2024 has been surprising, full of new experiences and unexpected detours. I’ve made friends, joined communities, contributed, reflected, and learned. I am exceedingly grateful for this year. As I look back, I want to share not only what I’ve learned, but how I intend to use those learnings in the new year. 2025 is brimming with possibility, and some exciting developments are already in motion.
I am at home in pages and words
Taking 6 months away from work was an audacious step for me. I wanted to use this time well, so I wrote down some goals. Among them - building a writing practice, primarily through this Substack. Doing this has been transformational. I’ve reconnected to a love of language that wasn’t so tangible before. I have a new outlet for reflection and storytelling, and a lovely group of folks who enjoy my cobbled together musings. I’m not sure how to quantify improvement, but it feels like my output is more consistent, fluid, and cohesive. I feel prepared to take on loner writing projects and I’ve found joy in editing the work of others.
In the coming year, writing will continue to be a focus area, both personally and professionally. I suspect the distinction there may become increasingly blurry. The memoir concept is still a long term objective, but I know I need help with structure and development. I will be searching for a writing partner and mentor, someone to take the journey with me. I don’t know exactly what this looks like, but my intuition tells me it’s the next logical step.
I will continue to fly, learn, and contribute
My flying improved over the course of 2024, with significant time dedicated to progressing as a pilot. I completed to training courses that broadened my skill set, preparing me for the next big step - flying cross country (XC). The opportunity to do an XC flight didn’t materialize at Tiger this year, but I am confident it will soon.
I am more comfortable in the air, with my body more relaxed, mental bandwidth increased. I am curious about strong thermic air, less fearful, able to use it to climb. Flying near other pilots and closer to terrain isn’t anxiety inducing like it was as a newly minted beginner.
My shoulder was a challenge this year and those experiences have helped me learn to be more patient with myself, more aware of limitations. Flying a paraglider is a visceral, embodied experience that demands attention, to your own mind and body, and the physical world you move in. So many people live in what Christine Rosen calls a pseudo-reality, where experiences are governed by algorithms. Flying has reminded me of the importance of doing something that is unmediated by the digital world.
2025 will be an important year for my flying. I will be traveling to Colombia in February, with a handful of friends, exploring the Valle de Cauca on the ground and in the sky.

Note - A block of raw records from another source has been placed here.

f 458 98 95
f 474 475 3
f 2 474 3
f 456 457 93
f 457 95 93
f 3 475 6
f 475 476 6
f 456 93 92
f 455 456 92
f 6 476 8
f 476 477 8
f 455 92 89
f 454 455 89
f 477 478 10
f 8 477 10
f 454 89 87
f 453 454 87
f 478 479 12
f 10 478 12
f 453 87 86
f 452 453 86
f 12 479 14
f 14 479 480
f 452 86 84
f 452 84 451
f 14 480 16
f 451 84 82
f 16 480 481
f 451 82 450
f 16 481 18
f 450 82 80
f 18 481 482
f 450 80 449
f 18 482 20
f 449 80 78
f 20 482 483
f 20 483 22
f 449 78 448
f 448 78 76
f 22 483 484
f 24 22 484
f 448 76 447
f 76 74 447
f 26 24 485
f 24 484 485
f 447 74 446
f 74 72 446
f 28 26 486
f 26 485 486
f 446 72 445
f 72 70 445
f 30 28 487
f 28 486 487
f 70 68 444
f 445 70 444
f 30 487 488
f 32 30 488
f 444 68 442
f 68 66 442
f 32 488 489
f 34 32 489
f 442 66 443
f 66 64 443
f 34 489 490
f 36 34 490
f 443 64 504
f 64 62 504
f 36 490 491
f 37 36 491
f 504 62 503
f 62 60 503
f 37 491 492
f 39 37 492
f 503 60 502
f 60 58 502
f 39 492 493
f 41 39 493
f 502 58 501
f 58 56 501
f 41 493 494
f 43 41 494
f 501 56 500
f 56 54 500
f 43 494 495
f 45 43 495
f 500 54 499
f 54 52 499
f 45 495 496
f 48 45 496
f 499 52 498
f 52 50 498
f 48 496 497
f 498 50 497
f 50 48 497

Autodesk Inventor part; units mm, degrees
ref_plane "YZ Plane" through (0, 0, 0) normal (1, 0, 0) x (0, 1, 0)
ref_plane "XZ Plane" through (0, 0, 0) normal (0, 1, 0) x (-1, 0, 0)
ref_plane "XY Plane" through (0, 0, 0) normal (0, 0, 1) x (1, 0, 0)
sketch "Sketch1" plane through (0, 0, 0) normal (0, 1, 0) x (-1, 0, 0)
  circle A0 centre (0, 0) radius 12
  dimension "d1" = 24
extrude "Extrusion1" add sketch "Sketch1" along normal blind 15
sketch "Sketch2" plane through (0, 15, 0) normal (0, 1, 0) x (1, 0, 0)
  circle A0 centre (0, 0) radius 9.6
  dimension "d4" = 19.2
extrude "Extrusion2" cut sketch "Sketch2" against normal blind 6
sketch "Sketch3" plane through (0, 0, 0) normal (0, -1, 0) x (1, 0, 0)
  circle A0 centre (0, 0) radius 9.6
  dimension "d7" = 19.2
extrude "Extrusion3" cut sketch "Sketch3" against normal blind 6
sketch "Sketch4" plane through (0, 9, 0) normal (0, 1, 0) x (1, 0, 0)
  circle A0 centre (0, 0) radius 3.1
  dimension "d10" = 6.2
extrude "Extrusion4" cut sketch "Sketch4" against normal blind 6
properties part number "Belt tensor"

I am so fortunate to have mentors, skilled pilots I can learn from. Likely, I will return to Chelan next summer for the competitions, serving as the volunteer manager, perhaps even more involved in the planning leading up to the event. I’ve also found other opportunities to give back to the flying community and I look forward to lending my time and skill with technology and project management.

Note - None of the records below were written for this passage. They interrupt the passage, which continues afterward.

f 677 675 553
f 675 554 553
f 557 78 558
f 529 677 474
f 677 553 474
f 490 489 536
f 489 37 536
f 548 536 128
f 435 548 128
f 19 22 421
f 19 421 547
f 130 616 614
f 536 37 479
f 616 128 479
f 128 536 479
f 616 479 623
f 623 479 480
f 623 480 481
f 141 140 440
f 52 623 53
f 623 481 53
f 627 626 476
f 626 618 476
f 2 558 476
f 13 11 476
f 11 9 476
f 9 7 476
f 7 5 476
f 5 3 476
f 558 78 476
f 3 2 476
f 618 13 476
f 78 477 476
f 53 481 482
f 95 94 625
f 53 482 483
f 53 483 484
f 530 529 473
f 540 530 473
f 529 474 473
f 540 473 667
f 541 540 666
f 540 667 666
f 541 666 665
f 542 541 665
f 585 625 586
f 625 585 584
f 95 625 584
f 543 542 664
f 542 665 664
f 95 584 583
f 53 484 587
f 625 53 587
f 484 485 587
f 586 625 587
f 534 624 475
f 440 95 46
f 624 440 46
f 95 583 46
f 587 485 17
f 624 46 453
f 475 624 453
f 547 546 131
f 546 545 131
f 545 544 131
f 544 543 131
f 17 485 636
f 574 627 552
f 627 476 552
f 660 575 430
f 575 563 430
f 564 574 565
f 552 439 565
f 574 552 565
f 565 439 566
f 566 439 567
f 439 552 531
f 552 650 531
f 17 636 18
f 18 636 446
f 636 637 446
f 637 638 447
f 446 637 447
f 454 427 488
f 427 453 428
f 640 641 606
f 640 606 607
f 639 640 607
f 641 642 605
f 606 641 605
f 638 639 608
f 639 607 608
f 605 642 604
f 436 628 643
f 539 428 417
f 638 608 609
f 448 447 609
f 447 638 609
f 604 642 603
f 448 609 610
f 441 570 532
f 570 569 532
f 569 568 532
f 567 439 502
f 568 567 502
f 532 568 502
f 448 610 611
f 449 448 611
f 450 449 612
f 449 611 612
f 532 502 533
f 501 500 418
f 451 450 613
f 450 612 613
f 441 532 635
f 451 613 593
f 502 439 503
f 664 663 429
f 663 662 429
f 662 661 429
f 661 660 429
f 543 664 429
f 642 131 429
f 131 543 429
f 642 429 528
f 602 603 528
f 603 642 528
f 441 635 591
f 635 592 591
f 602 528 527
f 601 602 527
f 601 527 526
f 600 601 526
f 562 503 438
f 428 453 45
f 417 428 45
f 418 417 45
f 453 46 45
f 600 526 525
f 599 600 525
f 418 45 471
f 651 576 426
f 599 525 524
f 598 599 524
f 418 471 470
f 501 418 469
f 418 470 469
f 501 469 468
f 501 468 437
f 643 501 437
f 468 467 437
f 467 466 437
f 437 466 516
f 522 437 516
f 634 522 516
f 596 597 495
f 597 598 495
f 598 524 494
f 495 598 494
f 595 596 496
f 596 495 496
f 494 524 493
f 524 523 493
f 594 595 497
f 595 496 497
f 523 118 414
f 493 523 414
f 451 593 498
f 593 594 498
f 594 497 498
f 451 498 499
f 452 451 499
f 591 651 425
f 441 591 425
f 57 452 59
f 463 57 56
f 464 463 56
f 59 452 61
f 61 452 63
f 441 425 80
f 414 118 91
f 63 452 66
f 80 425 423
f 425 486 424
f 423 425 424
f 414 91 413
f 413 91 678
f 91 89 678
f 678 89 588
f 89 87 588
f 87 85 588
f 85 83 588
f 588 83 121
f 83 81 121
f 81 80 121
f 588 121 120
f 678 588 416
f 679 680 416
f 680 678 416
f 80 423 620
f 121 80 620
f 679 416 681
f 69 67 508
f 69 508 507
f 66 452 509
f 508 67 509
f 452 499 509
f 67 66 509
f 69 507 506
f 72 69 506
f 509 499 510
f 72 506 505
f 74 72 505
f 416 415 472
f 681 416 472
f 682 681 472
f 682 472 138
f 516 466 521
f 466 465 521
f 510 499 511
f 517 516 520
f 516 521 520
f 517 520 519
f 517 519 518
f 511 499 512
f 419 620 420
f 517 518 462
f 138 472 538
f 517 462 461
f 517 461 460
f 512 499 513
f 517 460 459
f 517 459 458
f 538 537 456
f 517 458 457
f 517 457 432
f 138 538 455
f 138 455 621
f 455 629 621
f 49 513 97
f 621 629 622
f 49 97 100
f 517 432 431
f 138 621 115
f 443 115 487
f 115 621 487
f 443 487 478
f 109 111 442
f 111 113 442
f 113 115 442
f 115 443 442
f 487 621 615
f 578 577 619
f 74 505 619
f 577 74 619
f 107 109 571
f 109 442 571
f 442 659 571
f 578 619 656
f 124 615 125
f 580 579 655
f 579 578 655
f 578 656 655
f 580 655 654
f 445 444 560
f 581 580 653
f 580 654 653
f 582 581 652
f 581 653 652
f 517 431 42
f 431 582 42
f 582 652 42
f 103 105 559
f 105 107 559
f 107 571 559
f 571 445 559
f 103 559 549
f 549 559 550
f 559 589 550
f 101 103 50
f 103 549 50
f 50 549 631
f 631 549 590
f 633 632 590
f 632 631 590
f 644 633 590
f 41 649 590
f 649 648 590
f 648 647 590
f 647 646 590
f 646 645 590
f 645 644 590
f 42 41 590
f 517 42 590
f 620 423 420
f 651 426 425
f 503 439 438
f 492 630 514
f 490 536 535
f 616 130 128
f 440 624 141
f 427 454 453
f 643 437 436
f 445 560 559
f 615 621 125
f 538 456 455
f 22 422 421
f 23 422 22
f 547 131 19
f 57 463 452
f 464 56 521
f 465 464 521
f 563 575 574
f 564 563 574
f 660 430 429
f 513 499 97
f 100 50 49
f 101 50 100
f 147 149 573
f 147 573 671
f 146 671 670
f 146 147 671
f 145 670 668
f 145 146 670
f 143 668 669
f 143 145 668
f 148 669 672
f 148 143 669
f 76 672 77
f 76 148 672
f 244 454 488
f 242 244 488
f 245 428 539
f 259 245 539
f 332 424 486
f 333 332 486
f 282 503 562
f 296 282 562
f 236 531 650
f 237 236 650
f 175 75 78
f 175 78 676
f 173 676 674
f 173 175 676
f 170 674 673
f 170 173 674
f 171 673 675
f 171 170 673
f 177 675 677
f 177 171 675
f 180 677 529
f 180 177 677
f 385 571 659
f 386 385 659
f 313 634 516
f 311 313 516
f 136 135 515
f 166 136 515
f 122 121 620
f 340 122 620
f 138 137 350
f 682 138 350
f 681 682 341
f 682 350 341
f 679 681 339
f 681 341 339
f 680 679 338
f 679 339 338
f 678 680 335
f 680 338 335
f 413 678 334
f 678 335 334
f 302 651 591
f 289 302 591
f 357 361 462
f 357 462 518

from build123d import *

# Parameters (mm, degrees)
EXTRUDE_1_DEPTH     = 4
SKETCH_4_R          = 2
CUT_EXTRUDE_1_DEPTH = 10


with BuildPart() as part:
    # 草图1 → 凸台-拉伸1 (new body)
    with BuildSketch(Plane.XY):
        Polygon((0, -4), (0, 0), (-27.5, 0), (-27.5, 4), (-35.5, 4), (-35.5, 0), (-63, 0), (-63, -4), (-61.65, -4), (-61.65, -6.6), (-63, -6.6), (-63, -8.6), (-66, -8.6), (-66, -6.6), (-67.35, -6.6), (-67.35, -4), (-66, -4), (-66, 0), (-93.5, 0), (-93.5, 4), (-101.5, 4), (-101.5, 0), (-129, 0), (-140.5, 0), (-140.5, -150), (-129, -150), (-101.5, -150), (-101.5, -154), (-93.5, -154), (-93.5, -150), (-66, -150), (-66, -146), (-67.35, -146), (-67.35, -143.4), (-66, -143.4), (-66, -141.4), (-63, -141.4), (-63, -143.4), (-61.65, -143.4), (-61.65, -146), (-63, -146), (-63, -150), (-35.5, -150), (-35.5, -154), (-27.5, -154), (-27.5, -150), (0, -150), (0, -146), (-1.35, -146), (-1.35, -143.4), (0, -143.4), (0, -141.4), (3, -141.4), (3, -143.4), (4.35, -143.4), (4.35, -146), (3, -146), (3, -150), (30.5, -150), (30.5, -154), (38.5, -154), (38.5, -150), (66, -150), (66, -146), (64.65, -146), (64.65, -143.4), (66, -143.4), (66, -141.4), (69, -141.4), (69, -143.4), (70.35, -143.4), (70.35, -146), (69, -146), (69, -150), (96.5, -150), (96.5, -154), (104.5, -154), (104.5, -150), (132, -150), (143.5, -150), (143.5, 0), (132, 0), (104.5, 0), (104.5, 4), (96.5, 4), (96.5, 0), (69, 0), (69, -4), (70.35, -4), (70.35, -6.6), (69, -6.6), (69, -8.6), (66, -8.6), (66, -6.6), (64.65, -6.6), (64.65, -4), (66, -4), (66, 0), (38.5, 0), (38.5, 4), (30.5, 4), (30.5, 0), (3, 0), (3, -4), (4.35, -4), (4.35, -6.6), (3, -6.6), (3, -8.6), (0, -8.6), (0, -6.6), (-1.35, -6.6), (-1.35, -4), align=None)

A vision for my career is becoming clearer
One benefit of having time and space to sit and reflect is that you can see new perspectives, things that are easy to miss while immersed in the routines and demands of full time work. It took a while, and I’m still figuring out the specifics, but I know now that I want to work in a healthcare setting closer to patients and providers. I am confident that my skills, knowledge, and lived experiences - particularly those that relate to oncology and my journey with cancer - can be used to help others. This is central to what comes next for me.
I am moving into 2025 with a clearer idea of the role I want and I will continue to work with my small group of searchers as we refine and prepare, supporting and encouraging each other along the way. I will be doing more interviews, not just for jobs, but conversations with current and former coworkers. My goal is to listen and learn, to take in other perspectives and ideas, and use that wisdom to inform how and where I focus my efforts. With a bit of luck and a lot of preparation, I hope to pivot into something new.
Embrace middle age and all that goes with it
When I was younger, I didn’t give much thought to middle age; I had no real conception of it. And yet, this is the place I find myself now, towards the middle-end of a beautiful and improbable life. I continue to feel grateful every day that I am here, fully aware this journey may be abbreviated.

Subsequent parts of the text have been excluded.